At last, Yama dared to touch the apothecary’s outstretched hand. It was clammy, and irregular plates shifted under the loose skin. Dr. Dismas did not stir. His head was tipped back, his face bathed by the sunlight.
Yama found only one pocket inside the apothecary’s long black coat, and it was empty. Dr. Dismas stirred as Yama withdrew his hand, and gripped his wrist and drew him down with unexpected strength. “Don’t doubt,” he murmured. His breath smelt of apricots and iron. “Sit and wait, boy.”
Yama sat and waited. Presently the immensely fat man he had seen floating in the tavern’s communal pool shuffled down the passage. He was naked except for blue rubber sandals on his broad feet, and he carried a tray covered with a white cloth.
“Stand back,” he told Yama. “No, further back. Behind the doctor.”
“Let me go. I promise you will be rewarded.”
“I’ve already been paid, young master,” the fat man said.
He unlocked the door, set the tray down, and relocked the door. “Eat, young master. The doctor, he won’t want anything. I never seen him eat. He has his drug.”

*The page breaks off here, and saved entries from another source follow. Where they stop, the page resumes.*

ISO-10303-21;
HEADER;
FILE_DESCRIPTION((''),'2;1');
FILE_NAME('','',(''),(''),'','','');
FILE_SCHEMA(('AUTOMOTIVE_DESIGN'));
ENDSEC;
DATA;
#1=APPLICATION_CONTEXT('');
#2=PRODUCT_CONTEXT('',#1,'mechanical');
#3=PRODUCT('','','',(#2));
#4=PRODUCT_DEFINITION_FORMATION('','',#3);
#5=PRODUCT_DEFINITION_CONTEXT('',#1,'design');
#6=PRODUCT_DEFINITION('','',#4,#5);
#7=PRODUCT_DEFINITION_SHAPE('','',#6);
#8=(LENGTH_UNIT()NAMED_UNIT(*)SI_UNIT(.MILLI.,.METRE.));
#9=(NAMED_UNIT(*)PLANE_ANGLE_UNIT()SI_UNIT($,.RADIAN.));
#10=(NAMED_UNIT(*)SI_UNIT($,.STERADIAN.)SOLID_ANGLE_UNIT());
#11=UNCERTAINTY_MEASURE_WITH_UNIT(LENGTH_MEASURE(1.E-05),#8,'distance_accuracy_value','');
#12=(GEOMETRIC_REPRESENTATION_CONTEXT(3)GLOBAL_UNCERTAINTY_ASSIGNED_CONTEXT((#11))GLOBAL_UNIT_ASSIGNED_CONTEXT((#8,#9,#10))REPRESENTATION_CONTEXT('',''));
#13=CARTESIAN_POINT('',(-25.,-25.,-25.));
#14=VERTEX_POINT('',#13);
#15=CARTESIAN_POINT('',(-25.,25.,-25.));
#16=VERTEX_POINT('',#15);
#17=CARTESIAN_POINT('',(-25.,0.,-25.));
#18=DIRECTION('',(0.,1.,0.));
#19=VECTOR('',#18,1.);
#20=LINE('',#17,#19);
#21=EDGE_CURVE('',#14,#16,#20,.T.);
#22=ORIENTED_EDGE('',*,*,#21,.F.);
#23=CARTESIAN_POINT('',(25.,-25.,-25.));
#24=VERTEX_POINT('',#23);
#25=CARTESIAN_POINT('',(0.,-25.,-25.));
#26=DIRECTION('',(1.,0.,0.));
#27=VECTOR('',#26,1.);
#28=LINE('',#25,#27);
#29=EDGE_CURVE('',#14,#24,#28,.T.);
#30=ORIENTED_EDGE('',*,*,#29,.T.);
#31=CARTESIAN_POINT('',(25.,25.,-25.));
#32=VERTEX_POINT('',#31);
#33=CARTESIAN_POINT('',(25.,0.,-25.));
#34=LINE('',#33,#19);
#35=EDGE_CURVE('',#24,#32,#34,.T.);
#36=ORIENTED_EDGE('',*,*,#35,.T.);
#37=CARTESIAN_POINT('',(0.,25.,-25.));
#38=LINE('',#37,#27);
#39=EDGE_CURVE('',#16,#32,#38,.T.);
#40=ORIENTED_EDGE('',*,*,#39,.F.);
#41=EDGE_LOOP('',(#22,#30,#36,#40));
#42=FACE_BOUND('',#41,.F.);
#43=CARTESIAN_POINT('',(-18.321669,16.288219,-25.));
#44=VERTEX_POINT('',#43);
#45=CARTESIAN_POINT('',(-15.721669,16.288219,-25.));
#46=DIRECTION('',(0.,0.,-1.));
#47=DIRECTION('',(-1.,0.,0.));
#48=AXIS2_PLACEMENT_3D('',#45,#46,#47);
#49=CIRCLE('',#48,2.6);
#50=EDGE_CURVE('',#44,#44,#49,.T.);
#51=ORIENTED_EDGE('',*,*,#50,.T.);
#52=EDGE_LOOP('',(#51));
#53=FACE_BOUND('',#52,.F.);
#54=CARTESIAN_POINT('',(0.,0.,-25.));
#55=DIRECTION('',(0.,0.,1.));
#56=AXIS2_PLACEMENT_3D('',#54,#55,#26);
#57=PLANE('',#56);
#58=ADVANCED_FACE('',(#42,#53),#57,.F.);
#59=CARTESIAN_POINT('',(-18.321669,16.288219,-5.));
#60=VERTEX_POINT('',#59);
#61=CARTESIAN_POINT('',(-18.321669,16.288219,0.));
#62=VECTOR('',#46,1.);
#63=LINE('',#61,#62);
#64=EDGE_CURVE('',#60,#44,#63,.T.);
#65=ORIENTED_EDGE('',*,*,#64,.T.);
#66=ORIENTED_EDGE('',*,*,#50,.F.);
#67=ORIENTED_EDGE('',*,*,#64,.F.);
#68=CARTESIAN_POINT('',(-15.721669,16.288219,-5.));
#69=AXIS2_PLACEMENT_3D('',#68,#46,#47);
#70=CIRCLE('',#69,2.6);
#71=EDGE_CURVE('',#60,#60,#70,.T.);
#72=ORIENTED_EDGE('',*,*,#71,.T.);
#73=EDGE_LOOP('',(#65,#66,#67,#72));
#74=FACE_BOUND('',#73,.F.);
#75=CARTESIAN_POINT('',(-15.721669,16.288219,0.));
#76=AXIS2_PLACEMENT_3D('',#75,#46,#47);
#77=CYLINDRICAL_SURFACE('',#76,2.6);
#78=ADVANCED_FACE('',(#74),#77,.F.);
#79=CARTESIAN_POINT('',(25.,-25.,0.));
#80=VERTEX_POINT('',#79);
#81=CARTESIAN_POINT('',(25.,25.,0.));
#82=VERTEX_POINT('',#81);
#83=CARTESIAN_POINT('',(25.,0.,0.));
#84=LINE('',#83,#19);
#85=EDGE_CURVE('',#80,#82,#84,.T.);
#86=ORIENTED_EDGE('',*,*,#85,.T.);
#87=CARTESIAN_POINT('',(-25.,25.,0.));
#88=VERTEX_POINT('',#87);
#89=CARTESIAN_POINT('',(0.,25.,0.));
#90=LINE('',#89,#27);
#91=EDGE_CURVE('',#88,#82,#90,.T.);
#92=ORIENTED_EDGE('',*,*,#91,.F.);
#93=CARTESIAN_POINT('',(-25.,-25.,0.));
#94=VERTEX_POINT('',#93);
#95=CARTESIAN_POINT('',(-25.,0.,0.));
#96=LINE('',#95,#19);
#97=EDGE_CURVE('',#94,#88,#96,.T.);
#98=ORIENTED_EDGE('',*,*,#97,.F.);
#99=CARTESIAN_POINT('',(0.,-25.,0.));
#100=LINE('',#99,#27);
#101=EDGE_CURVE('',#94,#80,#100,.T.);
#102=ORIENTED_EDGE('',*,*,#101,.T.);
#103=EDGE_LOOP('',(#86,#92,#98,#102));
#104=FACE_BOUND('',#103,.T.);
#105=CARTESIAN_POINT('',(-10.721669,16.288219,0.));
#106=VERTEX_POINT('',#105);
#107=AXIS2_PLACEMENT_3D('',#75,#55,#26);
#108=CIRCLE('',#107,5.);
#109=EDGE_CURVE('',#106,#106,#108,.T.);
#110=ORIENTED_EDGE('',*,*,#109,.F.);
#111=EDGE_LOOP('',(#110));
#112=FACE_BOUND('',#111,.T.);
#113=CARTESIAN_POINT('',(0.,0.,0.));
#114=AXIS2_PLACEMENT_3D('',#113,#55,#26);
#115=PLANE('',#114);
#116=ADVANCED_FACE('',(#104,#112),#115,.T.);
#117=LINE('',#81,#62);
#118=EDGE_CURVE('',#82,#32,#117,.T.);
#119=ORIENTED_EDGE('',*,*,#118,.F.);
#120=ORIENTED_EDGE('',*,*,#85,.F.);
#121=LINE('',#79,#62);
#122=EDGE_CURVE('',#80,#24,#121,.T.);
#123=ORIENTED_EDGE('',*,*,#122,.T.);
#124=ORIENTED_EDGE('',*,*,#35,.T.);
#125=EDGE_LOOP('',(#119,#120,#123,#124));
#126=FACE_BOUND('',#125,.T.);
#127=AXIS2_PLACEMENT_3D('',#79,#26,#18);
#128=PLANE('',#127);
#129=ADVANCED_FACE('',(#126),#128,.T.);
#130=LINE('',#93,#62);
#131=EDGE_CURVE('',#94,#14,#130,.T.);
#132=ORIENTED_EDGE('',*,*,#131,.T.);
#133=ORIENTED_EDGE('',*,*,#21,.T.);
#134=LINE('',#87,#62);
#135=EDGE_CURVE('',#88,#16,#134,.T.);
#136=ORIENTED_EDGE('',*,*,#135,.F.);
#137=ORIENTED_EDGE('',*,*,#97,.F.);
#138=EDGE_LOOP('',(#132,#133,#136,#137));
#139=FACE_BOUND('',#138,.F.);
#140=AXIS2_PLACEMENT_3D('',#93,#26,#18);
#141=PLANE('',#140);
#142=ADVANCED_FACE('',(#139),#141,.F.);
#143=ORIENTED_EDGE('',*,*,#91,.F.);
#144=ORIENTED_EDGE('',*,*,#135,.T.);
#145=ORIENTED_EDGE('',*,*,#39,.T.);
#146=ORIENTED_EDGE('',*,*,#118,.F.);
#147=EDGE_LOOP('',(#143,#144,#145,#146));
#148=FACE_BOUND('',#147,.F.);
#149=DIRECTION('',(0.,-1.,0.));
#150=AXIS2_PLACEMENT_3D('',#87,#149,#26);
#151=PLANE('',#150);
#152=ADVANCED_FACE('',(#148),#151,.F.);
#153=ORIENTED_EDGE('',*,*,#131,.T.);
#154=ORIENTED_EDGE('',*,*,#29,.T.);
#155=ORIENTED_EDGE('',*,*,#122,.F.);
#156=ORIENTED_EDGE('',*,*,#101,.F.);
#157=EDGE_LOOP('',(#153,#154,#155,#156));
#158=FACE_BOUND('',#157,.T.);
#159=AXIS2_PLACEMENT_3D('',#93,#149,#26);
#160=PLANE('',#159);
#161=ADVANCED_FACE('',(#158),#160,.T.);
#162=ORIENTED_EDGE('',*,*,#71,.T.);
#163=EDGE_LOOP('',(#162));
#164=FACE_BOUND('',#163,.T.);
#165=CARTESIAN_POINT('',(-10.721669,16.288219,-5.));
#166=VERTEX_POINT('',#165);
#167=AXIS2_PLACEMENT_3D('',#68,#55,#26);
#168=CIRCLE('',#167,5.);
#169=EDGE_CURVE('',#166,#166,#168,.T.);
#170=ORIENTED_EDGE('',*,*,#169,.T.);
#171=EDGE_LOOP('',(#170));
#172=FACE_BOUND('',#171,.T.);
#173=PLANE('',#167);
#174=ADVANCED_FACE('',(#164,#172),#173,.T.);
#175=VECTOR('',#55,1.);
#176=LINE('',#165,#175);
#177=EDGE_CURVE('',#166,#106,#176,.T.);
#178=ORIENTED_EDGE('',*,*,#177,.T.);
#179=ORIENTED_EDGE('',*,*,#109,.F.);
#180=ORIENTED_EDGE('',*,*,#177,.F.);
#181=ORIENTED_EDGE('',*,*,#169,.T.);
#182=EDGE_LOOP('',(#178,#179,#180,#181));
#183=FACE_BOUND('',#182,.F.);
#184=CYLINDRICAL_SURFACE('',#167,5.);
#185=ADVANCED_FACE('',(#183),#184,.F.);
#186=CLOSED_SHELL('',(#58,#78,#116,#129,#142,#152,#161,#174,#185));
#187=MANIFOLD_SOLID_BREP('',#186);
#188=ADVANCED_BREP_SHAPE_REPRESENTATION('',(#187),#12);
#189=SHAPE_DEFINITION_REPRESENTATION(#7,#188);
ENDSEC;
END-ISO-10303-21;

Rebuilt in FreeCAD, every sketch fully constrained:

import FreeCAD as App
import Part
import Sketcher
from FreeCAD import Vector
Q = App.Units.Quantity


def add_polygon(sketch, points):
    """Adds a closed chain of lines whose ends are joined by coincident constraints."""
    first, n = sketch.GeometryCount, len(points)
    for a, b in zip(points, points[1:] + points[:1]):
        sketch.addGeometry(Part.LineSegment(App.Vector(*a, 0), App.Vector(*b, 0)), False)
    for i in range(n):
        sketch.addConstraint(Sketcher.Constraint("Coincident", first + i, 2, first + (i + 1) % n, 1))

doc = App.newDocument("Part")
body = doc.addObject("PartDesign::Body", "Body")

sketch1 = body.newObject("Sketcher::SketchObject", "Sketch")
sketch1.AttachmentSupport = (doc.getObject("XY_Plane"), [""])
sketch1.MapMode = "FlatFace"
add_polygon(sketch1, [(-25, 25), (-25, -25), (25, -25), (25, 25)])
sketch1.addConstraint(Sketcher.Constraint("Vertical", 0))
sketch1.addConstraint(Sketcher.Constraint("Horizontal", 1))
sketch1.addConstraint(Sketcher.Constraint("Vertical", 2))
sketch1.addConstraint(Sketcher.Constraint("Horizontal", 3))
sketch1.addConstraint(Sketcher.Constraint("Symmetric", 0, 2, 2, 2, -1, 1))
sketch1.addConstraint(Sketcher.Constraint("Equal", 3, 0))
sketch1.addConstraint(Sketcher.Constraint("DistanceX", 1, 1, 1, 2, Q("50 mm")))
pad1 = body.newObject("PartDesign::Pad", "Pad")
pad1.Profile = sketch1
pad1.Length = 25
pad1.Reversed = True

sketch2 = body.newObject("Sketcher::SketchObject", "Sketch001")
sketch2.AttachmentSupport = (doc.getObject("XY_Plane"), [""])
sketch2.MapMode = "FlatFace"
sketch2.addGeometry(Part.Circle(Vector(-15.7, 16.3, 0), Vector(0, 0, 1), 2.6), False)
sketch2.addConstraint(Sketcher.Constraint("Diameter", 0, Q("5.2 mm")))
sketch2.addConstraint(Sketcher.Constraint("DistanceX", 0, 3, -1, 1, Q("15.721669 mm")))
sketch2.addConstraint(Sketcher.Constraint("DistanceY", -1, 1, 0, 3, Q("16.288219 mm")))
doc.recompute()
hole = body.newObject("PartDesign::Hole", "Hole")
hole.Profile = sketch2
hole.ThreadType = "None"
hole.Diameter = 5.2
hole.DepthType = "ThroughAll"
hole.HoleCutType = "Counterbore"
hole.HoleCutDiameter = 10
hole.HoleCutDepth = 5

doc.recompute()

“Let me go!” Yama banged at the cage’s locked door and yelled threats at the fat man’s retreating back before giving up and looking under the cloth that covered the tray.
A dish of watery soup with a cluster of whitened fish eyes sunk in the middle and rings of raw onion floating on top; a slab of black bread, as dense as a brick and almost as hard; a glass of small beer the color of stale urine.
The soup was flavored with chili oil, making it almost palatable, but the bread was so salty that Yama gagged on the first bite and could eat no more. He drank the sour beer and somehow fell asleep on the rickety chair.
He was woken by Dr. Dismas. He had a splitting headache and a foul taste in his mouth. The courtyard and the cage was lit by a hissing alcohol lantern which dangled from the cage’s wire ceiling; the air beyond the glass that roofed the courtyard was black.
“Rise up, young man,” Dr. Dismas said. He was filled with barely contained energy and hopped from foot to foot and banged his stiff fingers together. His shadow, thrown across the whitewashed walls of the courtyard, aped his movements.
“You drugged me,” Yama said stupidly.
“A little something in the beer, to take away your cares.”
Dr. Dismas banged on the mesh of the cage and shouted, “Ho! Ho! Landlord!” and turned back to Yama and said, “You have been sleeping longer than you know. The little sleep just past is my gift to make you wake into your true self. You don’t understand me, but it doesn’t matter. Stand up! Stand up! Look lively! Awake, awake, awake! You venture forth to meet your destiny! Ho! Landlord!”